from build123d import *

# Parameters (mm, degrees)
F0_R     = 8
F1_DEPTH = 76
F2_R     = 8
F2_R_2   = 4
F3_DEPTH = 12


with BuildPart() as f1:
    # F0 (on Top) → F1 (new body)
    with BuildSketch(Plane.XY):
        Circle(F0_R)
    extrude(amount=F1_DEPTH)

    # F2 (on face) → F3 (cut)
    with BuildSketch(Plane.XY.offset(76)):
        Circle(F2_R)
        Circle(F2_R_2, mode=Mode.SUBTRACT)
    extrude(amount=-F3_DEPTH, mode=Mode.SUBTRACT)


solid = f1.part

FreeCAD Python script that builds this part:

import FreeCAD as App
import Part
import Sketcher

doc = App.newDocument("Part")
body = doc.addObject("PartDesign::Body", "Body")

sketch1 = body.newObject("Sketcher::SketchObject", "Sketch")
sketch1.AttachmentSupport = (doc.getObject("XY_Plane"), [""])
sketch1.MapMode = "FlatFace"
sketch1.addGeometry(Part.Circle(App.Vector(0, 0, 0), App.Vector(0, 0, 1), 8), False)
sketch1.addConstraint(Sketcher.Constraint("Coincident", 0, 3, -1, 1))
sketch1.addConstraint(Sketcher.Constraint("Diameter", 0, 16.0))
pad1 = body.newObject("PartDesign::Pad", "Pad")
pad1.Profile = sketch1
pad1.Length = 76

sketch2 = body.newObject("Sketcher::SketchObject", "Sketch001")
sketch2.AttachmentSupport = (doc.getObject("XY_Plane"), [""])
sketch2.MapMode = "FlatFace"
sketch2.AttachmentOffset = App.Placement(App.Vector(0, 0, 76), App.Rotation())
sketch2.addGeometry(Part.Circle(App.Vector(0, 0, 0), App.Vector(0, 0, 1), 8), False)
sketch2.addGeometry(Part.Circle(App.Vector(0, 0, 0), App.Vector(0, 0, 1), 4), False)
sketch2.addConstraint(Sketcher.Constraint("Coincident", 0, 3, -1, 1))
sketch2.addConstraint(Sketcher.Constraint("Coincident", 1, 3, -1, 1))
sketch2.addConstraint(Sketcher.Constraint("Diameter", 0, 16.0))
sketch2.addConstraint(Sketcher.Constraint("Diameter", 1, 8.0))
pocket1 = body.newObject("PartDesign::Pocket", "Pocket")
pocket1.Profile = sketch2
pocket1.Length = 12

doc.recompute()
======
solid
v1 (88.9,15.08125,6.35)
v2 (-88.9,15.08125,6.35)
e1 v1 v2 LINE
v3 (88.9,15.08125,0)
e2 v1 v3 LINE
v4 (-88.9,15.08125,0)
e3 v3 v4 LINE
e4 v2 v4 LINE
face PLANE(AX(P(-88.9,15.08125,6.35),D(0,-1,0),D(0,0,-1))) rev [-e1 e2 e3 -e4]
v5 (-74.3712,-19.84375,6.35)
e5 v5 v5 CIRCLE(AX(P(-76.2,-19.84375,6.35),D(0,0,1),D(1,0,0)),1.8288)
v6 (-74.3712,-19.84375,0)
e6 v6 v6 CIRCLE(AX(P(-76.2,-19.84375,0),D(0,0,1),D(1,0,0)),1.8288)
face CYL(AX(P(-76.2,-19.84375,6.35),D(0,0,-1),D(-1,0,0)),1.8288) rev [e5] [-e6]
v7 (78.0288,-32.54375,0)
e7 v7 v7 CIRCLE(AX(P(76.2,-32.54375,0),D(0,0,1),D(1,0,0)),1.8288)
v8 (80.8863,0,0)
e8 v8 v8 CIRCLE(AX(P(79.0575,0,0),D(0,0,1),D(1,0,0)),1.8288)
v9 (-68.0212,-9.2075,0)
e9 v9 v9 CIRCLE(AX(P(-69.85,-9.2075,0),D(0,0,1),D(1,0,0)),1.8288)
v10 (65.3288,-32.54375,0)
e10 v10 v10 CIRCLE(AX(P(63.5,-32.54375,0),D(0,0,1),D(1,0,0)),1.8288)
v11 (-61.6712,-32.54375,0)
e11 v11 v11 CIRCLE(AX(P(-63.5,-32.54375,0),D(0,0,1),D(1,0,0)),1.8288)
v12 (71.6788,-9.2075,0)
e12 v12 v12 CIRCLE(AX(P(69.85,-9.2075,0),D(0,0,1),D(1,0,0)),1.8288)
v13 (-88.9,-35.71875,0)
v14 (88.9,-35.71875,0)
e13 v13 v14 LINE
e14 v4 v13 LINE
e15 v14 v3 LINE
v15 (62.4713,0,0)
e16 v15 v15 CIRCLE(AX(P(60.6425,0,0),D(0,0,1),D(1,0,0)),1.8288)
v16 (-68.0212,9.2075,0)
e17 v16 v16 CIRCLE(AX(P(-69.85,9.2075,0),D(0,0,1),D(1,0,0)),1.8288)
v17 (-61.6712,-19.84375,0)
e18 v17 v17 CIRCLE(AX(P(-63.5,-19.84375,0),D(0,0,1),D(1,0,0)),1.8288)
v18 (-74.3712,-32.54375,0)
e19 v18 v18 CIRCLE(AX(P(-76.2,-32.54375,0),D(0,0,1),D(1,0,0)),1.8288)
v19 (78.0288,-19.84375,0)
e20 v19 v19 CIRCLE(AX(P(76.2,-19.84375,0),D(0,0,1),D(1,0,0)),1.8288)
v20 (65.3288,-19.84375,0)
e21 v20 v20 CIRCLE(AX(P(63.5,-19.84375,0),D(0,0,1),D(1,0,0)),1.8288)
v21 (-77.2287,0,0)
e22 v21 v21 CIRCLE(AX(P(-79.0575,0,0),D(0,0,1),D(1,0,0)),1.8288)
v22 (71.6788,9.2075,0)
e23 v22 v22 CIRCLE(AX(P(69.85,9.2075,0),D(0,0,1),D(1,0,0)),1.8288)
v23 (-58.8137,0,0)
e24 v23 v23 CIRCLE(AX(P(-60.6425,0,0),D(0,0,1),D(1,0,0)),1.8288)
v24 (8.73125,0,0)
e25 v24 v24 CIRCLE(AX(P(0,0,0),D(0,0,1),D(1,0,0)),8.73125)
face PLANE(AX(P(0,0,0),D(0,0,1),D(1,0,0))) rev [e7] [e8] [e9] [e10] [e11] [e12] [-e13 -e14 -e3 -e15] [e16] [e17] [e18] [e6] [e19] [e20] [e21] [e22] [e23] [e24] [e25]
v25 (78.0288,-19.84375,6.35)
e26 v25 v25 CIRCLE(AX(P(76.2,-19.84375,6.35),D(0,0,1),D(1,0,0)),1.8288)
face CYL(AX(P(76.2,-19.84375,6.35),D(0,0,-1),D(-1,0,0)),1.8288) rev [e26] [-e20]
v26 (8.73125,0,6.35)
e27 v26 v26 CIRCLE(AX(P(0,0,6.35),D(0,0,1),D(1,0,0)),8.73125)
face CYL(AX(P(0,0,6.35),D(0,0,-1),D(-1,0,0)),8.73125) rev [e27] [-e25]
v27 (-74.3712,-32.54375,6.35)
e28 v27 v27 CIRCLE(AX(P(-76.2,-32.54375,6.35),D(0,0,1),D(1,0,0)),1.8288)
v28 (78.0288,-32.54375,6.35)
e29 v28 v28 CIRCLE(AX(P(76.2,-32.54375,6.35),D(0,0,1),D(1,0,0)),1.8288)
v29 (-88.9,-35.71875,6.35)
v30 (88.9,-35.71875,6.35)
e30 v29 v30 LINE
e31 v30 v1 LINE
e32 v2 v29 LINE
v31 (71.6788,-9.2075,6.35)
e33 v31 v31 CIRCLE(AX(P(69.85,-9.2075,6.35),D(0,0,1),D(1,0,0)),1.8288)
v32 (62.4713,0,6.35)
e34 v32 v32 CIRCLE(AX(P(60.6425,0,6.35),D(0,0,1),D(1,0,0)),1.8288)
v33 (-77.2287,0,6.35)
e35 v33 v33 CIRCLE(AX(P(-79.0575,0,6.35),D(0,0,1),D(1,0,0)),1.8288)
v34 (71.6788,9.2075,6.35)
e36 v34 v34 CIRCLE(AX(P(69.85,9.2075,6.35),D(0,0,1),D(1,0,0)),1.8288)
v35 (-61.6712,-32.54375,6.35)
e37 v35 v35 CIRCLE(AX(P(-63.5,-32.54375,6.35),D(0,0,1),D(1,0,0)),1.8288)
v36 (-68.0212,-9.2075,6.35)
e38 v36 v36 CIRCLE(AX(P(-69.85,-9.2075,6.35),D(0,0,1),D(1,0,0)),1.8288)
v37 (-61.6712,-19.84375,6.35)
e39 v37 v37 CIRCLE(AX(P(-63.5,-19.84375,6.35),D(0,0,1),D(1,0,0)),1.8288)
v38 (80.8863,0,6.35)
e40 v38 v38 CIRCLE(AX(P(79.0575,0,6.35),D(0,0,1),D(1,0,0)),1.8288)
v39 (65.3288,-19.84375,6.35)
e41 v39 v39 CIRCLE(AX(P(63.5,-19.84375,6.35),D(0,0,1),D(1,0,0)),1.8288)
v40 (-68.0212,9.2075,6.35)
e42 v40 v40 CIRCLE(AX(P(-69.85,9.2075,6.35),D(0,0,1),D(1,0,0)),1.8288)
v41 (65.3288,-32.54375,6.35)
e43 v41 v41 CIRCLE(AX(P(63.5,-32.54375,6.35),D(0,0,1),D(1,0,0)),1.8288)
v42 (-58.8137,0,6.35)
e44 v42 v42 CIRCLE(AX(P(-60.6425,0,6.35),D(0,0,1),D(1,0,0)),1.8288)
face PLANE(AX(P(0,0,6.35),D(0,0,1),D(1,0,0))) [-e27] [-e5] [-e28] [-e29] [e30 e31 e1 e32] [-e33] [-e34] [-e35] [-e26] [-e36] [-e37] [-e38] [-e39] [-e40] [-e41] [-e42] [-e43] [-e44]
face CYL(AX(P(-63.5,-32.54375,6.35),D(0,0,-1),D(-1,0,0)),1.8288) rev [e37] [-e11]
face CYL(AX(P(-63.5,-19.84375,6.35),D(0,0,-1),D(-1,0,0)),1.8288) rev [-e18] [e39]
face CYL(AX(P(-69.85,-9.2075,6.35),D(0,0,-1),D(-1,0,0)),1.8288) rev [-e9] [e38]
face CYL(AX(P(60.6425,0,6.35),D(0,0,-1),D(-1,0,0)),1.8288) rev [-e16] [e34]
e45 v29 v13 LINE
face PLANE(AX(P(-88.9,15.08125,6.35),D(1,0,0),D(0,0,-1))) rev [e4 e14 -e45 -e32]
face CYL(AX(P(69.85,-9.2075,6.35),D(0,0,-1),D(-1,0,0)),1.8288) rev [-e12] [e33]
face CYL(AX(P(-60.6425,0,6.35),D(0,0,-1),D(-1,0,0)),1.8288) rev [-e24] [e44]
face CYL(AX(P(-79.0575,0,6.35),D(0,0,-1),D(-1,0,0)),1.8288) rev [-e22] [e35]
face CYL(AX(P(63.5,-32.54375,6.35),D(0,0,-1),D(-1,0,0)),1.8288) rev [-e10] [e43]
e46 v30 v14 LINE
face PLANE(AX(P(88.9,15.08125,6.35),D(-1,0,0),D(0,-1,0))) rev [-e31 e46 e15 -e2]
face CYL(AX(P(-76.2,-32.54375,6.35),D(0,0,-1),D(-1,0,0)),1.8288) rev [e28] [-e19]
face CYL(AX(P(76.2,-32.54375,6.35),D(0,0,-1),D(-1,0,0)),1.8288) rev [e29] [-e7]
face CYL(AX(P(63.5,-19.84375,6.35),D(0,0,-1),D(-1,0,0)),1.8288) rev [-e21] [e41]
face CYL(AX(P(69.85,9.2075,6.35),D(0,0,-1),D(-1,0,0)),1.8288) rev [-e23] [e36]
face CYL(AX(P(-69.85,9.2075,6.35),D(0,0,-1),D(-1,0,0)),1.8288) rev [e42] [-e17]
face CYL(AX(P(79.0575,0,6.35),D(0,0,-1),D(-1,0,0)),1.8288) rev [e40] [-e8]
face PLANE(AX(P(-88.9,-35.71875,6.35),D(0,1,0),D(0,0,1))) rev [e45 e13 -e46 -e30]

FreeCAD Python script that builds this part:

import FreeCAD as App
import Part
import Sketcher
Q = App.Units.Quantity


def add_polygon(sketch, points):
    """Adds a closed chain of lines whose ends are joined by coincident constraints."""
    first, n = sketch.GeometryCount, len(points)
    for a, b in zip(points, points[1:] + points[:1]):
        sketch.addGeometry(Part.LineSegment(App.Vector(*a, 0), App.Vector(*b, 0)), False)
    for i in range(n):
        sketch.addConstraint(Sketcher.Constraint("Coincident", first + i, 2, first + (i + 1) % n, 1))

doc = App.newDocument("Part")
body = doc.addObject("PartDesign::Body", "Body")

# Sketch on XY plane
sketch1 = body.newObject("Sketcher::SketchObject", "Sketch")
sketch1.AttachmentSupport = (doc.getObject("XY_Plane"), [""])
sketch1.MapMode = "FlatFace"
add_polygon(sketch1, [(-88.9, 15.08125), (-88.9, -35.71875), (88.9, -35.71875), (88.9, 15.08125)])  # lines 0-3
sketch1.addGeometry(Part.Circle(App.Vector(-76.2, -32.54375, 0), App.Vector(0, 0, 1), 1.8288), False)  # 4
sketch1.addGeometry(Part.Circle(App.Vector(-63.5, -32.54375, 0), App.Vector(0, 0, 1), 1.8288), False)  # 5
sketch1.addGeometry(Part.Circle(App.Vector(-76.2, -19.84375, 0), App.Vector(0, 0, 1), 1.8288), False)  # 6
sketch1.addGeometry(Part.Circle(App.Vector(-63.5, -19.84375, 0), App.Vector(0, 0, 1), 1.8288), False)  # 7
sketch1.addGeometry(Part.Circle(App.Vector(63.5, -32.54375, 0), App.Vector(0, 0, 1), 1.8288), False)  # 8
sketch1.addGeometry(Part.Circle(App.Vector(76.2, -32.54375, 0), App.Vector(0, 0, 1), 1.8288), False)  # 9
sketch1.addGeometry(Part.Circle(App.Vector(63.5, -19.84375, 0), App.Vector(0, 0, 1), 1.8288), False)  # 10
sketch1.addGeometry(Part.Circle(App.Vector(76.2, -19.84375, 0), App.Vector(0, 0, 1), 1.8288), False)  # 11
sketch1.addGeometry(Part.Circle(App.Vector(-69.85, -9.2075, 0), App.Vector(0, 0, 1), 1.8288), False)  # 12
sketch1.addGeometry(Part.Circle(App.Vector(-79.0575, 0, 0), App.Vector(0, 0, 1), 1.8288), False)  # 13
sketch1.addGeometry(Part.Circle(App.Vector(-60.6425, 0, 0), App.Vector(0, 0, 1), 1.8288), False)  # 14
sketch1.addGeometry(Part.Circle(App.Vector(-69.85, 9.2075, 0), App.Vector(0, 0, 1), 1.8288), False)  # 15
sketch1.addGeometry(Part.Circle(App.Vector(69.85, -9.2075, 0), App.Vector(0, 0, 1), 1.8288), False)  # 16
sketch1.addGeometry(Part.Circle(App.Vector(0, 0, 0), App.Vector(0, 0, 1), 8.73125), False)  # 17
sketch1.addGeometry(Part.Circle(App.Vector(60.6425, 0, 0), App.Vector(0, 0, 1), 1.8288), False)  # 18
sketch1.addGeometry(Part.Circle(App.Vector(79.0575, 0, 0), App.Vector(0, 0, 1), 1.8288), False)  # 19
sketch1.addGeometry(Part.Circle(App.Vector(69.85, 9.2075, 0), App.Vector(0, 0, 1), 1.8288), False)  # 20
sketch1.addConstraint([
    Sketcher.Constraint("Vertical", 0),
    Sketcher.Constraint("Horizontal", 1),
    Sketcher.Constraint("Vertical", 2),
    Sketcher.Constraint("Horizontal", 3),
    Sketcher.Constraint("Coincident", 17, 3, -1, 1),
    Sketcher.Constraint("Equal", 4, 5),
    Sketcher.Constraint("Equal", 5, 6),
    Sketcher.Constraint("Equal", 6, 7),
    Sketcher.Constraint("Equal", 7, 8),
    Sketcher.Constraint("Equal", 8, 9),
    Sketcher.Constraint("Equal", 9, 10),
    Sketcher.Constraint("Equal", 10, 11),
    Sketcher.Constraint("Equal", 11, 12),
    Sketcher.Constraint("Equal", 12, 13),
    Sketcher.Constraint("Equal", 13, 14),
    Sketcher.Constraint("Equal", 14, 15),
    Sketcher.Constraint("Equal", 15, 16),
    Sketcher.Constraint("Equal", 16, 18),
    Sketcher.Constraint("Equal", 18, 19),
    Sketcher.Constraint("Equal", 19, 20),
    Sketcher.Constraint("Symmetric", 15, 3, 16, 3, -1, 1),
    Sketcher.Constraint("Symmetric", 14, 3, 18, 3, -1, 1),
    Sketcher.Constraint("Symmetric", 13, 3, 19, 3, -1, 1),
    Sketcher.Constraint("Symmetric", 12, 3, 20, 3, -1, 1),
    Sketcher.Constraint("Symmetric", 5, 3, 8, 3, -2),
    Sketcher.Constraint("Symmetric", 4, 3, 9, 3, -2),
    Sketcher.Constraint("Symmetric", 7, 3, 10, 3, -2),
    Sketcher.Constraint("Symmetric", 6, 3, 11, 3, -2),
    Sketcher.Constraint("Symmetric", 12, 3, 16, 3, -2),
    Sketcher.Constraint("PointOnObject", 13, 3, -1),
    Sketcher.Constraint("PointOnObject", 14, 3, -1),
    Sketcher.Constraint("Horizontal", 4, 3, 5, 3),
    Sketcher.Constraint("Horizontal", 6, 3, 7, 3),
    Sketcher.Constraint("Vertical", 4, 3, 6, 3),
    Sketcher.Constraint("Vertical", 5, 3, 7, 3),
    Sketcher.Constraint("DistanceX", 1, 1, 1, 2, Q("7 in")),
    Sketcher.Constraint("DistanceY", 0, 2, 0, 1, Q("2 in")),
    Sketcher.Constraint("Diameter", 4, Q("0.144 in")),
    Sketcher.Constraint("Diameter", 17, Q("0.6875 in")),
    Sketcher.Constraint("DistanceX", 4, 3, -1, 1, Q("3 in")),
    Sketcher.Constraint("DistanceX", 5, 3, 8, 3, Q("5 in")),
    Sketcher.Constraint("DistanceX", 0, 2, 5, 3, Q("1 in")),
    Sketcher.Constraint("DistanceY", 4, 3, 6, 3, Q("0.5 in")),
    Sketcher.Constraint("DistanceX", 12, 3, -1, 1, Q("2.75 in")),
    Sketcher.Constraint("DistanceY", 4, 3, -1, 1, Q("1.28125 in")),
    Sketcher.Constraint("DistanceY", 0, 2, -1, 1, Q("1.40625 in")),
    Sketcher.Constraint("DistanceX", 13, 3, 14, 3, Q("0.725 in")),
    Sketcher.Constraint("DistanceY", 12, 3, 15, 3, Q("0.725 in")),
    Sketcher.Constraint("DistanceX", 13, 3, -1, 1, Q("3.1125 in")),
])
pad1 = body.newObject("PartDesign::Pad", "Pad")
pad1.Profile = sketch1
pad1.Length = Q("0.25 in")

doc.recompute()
======
Would you please write out, exactly and with no other lines, the stretch of the listing above from the line containing "v34 (71.6788,9.2075,6.35)" through the line containing "rev [e42] [-e17]"?

Answer box
v34 (71.6788,9.2075,6.35)
e36 v34 v34 CIRCLE(AX(P(69.85,9.2075,6.35),D(0,0,1),D(1,0,0)),1.8288)
v35 (-61.6712,-32.54375,6.35)
e37 v35 v35 CIRCLE(AX(P(-63.5,-32.54375,6.35),D(0,0,1),D(1,0,0)),1.8288)
v36 (-68.0212,-9.2075,6.35)
e38 v36 v36 CIRCLE(AX(P(-69.85,-9.2075,6.35),D(0,0,1),D(1,0,0)),1.8288)
v37 (-61.6712,-19.84375,6.35)
e39 v37 v37 CIRCLE(AX(P(-63.5,-19.84375,6.35),D(0,0,1),D(1,0,0)),1.8288)
v38 (80.8863,0,6.35)
e40 v38 v38 CIRCLE(AX(P(79.0575,0,6.35),D(0,0,1),D(1,0,0)),1.8288)
v39 (65.3288,-19.84375,6.35)
e41 v39 v39 CIRCLE(AX(P(63.5,-19.84375,6.35),D(0,0,1),D(1,0,0)),1.8288)
v40 (-68.0212,9.2075,6.35)
e42 v40 v40 CIRCLE(AX(P(-69.85,9.2075,6.35),D(0,0,1),D(1,0,0)),1.8288)
v41 (65.3288,-32.54375,6.35)
e43 v41 v41 CIRCLE(AX(P(63.5,-32.54375,6.35),D(0,0,1),D(1,0,0)),1.8288)
v42 (-58.8137,0,6.35)
e44 v42 v42 CIRCLE(AX(P(-60.6425,0,6.35),D(0,0,1),D(1,0,0)),1.8288)
face PLANE(AX(P(0,0,6.35),D(0,0,1),D(1,0,0))) [-e27] [-e5] [-e28] [-e29] [e30 e31 e1 e32] [-e33] [-e34] [-e35] [-e26] [-e36] [-e37] [-e38] [-e39] [-e40] [-e41] [-e42] [-e43] [-e44]
face CYL(AX(P(-63.5,-32.54375,6.35),D(0,0,-1),D(-1,0,0)),1.8288) rev [e37] [-e11]
face CYL(AX(P(-63.5,-19.84375,6.35),D(0,0,-1),D(-1,0,0)),1.8288) rev [-e18] [e39]
face CYL(AX(P(-69.85,-9.2075,6.35),D(0,0,-1),D(-1,0,0)),1.8288) rev [-e9] [e38]
face CYL(AX(P(60.6425,0,6.35),D(0,0,-1),D(-1,0,0)),1.8288) rev [-e16] [e34]
e45 v29 v13 LINE
face PLANE(AX(P(-88.9,15.08125,6.35),D(1,0,0),D(0,0,-1))) rev [e4 e14 -e45 -e32]
face CYL(AX(P(69.85,-9.2075,6.35),D(0,0,-1),D(-1,0,0)),1.8288) rev [-e12] [e33]
face CYL(AX(P(-60.6425,0,6.35),D(0,0,-1),D(-1,0,0)),1.8288) rev [-e24] [e44]
face CYL(AX(P(-79.0575,0,6.35),D(0,0,-1),D(-1,0,0)),1.8288) rev [-e22] [e35]
face CYL(AX(P(63.5,-32.54375,6.35),D(0,0,-1),D(-1,0,0)),1.8288) rev [-e10] [e43]
e46 v30 v14 LINE
face PLANE(AX(P(88.9,15.08125,6.35),D(-1,0,0),D(0,-1,0))) rev [-e31 e46 e15 -e2]
face CYL(AX(P(-76.2,-32.54375,6.35),D(0,0,-1),D(-1,0,0)),1.8288) rev [e28] [-e19]
face CYL(AX(P(76.2,-32.54375,6.35),D(0,0,-1),D(-1,0,0)),1.8288) rev [e29] [-e7]
face CYL(AX(P(63.5,-19.84375,6.35),D(0,0,-1),D(-1,0,0)),1.8288) rev [-e21] [e41]
face CYL(AX(P(69.85,9.2075,6.35),D(0,0,-1),D(-1,0,0)),1.8288) rev [-e23] [e36]
face CYL(AX(P(-69.85,9.2075,6.35),D(0,0,-1),D(-1,0,0)),1.8288) rev [e42] [-e17]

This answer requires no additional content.